--- START ---

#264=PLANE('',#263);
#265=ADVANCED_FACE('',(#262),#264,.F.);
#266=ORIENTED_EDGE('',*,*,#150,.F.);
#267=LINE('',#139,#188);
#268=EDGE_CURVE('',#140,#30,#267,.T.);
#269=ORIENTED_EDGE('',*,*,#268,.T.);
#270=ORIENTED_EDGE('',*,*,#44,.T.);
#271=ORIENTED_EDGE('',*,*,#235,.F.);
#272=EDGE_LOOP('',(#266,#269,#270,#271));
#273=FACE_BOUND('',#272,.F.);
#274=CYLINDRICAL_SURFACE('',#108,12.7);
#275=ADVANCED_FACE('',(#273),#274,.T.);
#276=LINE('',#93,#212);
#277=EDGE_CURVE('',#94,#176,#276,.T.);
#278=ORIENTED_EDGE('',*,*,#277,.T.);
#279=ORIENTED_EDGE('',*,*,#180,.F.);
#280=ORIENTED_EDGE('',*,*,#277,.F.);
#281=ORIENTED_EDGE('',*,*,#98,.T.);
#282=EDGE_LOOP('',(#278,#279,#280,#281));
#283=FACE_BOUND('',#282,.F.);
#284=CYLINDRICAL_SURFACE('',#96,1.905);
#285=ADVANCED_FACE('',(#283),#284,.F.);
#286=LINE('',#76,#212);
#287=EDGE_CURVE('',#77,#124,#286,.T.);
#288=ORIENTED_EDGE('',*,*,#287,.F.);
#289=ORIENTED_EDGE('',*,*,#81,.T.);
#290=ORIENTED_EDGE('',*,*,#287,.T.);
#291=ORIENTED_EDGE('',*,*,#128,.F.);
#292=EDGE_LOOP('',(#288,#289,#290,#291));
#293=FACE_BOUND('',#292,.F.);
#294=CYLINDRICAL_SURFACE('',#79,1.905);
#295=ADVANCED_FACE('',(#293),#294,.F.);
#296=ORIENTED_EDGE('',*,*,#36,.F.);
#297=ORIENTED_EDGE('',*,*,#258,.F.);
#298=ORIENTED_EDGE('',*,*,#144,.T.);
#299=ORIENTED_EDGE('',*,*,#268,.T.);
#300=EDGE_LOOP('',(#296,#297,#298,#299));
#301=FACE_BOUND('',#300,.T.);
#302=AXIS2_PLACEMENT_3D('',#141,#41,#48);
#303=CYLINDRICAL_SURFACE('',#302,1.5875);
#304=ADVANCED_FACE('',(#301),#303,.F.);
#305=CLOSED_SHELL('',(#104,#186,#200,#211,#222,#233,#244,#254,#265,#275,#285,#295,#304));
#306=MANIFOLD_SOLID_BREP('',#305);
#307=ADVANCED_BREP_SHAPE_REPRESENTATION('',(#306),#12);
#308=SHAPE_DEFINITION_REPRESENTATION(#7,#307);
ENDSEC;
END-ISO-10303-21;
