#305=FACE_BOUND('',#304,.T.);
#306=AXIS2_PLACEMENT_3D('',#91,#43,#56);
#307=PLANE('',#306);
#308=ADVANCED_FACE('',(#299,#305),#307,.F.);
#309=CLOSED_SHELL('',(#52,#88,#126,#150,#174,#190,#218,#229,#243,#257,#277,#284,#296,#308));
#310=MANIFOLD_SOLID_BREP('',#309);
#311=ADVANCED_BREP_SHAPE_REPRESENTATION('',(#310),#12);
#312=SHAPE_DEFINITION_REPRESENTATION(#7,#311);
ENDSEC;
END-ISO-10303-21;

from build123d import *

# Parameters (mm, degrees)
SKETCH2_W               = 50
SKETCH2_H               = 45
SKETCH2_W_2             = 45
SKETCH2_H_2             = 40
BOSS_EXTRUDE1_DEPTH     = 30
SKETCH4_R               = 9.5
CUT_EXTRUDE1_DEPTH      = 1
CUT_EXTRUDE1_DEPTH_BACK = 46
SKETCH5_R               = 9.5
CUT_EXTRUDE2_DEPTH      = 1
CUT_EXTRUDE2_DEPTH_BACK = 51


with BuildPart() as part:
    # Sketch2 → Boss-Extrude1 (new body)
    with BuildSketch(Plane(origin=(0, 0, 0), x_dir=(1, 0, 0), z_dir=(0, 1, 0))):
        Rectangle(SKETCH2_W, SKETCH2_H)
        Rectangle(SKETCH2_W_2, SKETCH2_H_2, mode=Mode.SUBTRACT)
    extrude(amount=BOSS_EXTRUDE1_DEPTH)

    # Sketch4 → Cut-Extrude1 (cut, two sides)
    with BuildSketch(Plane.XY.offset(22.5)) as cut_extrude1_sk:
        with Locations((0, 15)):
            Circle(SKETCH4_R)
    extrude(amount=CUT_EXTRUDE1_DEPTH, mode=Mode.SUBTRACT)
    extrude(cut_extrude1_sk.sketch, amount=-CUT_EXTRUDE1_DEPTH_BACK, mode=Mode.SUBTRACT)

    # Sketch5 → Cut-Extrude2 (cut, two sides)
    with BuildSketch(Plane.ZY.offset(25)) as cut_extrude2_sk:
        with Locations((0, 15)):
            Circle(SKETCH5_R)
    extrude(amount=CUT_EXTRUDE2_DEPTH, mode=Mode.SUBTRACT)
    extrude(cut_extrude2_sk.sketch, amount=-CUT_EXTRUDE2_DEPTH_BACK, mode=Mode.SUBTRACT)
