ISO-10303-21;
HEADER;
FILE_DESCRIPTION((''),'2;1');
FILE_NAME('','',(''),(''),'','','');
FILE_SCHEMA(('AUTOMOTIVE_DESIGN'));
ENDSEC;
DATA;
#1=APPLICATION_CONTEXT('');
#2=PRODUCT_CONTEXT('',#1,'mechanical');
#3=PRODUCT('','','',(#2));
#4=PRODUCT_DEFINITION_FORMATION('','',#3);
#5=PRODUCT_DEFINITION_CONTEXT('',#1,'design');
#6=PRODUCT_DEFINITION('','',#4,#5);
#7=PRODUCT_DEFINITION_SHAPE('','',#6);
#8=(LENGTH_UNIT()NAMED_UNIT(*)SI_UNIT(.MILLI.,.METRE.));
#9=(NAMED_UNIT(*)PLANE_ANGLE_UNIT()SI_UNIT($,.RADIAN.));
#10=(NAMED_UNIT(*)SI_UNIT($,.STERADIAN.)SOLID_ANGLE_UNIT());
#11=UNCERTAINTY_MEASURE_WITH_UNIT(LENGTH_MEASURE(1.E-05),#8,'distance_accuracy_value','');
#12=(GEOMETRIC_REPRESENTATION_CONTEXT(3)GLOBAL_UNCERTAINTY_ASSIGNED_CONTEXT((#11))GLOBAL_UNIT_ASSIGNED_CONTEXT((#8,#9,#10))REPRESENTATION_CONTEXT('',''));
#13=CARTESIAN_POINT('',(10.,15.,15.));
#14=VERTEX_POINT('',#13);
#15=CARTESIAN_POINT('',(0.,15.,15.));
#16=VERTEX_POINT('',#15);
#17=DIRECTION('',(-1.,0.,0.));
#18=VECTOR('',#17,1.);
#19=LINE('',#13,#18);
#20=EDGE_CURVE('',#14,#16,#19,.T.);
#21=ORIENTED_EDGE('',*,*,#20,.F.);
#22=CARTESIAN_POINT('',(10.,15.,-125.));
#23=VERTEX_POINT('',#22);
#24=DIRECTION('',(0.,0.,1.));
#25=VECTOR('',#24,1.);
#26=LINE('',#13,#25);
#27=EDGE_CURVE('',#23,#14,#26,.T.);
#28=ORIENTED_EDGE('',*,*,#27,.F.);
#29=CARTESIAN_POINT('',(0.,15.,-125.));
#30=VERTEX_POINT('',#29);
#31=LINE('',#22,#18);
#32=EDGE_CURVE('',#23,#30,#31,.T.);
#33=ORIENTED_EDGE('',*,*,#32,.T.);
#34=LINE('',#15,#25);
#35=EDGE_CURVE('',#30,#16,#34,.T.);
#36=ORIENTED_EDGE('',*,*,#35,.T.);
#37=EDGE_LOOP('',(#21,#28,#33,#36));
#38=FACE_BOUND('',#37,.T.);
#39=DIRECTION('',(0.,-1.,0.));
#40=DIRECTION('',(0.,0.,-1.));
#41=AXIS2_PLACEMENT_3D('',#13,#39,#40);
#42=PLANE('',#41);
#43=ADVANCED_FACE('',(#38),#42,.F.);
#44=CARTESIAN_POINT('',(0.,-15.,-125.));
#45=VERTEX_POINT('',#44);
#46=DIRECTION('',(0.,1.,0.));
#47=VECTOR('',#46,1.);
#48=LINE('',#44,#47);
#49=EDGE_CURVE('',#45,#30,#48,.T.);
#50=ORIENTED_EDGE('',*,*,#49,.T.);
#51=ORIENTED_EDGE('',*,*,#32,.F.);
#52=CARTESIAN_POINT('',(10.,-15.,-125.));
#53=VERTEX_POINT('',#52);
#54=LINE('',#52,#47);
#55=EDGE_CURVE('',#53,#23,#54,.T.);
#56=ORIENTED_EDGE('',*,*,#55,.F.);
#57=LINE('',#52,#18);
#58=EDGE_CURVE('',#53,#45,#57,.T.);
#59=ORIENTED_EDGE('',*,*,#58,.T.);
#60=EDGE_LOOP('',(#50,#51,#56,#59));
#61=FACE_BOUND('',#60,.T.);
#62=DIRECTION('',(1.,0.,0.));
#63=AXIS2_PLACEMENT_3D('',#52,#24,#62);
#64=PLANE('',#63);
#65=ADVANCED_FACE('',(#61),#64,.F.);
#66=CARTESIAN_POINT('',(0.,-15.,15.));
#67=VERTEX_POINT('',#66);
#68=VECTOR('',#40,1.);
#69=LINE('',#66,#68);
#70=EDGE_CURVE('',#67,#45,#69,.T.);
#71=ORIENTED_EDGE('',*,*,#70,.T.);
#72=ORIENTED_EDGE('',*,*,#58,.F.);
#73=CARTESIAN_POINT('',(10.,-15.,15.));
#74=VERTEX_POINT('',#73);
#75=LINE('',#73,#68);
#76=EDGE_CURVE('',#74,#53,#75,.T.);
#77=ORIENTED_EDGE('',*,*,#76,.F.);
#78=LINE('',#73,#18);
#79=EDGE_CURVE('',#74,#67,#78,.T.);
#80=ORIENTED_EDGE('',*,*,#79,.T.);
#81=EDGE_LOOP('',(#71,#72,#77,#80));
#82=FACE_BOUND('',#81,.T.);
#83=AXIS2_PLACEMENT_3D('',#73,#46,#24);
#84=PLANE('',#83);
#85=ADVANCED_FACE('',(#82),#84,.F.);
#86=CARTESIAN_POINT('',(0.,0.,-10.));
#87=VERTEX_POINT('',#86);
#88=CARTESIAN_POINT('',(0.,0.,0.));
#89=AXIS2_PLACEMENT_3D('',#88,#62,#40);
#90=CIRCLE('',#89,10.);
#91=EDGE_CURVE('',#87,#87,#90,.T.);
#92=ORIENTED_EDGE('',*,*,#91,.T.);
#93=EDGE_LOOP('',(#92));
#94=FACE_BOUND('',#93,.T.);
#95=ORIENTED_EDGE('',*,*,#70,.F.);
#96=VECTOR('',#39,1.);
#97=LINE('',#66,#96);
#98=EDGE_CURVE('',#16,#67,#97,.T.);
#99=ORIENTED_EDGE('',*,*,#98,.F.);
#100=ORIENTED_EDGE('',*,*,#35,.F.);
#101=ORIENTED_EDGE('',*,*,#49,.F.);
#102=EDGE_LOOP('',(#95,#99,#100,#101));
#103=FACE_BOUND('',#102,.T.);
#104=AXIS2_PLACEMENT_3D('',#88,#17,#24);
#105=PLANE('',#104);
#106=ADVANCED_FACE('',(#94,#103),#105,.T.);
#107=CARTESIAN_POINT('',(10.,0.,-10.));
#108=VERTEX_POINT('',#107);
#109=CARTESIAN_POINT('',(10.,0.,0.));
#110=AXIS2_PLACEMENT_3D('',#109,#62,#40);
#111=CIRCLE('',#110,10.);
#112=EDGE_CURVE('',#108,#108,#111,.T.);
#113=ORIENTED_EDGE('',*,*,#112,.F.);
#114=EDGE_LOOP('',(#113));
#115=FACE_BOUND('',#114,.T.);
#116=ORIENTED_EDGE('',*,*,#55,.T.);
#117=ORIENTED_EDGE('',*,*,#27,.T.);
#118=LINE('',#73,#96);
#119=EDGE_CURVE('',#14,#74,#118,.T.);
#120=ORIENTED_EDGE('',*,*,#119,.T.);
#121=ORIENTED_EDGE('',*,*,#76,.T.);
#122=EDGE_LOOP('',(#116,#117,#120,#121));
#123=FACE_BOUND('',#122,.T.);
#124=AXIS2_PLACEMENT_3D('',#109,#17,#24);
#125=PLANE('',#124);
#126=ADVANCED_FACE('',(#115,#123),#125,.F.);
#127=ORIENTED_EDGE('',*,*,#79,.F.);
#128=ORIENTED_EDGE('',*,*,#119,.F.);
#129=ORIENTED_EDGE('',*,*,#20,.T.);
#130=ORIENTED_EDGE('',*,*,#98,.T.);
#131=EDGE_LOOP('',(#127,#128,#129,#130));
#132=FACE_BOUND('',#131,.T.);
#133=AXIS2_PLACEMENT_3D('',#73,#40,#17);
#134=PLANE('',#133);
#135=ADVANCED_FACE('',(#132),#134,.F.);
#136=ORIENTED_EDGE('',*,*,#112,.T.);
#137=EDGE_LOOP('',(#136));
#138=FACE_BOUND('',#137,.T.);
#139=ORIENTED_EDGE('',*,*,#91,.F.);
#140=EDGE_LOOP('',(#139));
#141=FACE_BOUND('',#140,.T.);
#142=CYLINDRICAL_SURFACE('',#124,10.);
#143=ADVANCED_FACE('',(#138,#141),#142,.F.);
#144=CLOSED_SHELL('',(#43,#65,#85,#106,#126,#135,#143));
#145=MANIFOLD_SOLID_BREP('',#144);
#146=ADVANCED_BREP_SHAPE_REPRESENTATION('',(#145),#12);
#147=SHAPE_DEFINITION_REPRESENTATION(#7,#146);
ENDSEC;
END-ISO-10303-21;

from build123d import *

# Parameters (mm, degrees)
SKETCH1_W           = 140
SKETCH1_H           = 30
SKETCH1_R           = 10
BOSS_EXTRUDE1_DEPTH = 10


with BuildPart() as part:
    # Sketch1 → Boss-Extrude1 (new body)
    with BuildSketch(Plane(origin=(0, 0, 0), x_dir=(0, 0, -1), z_dir=(1, 0, 0))):
        with Locations((55, 0)):
            Rectangle(SKETCH1_W, SKETCH1_H)
        Circle(SKETCH1_R, mode=Mode.SUBTRACT)
    extrude(amount=BOSS_EXTRUDE1_DEPTH)


solid = part.part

--- END ---

Exercise aim:
All lines in the data above from the one with "#122=EDGE_LOOP('',(#116,#117,#120,#121));" through the one with "#141=FACE_BOUND('',#140,.T.);" must be repeated exactly, and no others.

Worked solution:
#122=EDGE_LOOP('',(#116,#117,#120,#121));
#123=FACE_BOUND('',#122,.T.);
#124=AXIS2_PLACEMENT_3D('',#109,#17,#24);
#125=PLANE('',#124);
#126=ADVANCED_FACE('',(#115,#123),#125,.F.);
#127=ORIENTED_EDGE('',*,*,#79,.F.);
#128=ORIENTED_EDGE('',*,*,#119,.F.);
#129=ORIENTED_EDGE('',*,*,#20,.T.);
#130=ORIENTED_EDGE('',*,*,#98,.T.);
#131=EDGE_LOOP('',(#127,#128,#129,#130));
#132=FACE_BOUND('',#131,.T.);
#133=AXIS2_PLACEMENT_3D('',#73,#40,#17);
#134=PLANE('',#133);
#135=ADVANCED_FACE('',(#132),#134,.F.);
#136=ORIENTED_EDGE('',*,*,#112,.T.);
#137=EDGE_LOOP('',(#136));
#138=FACE_BOUND('',#137,.T.);
#139=ORIENTED_EDGE('',*,*,#91,.F.);
#140=EDGE_LOOP('',(#139));
#141=FACE_BOUND('',#140,.T.);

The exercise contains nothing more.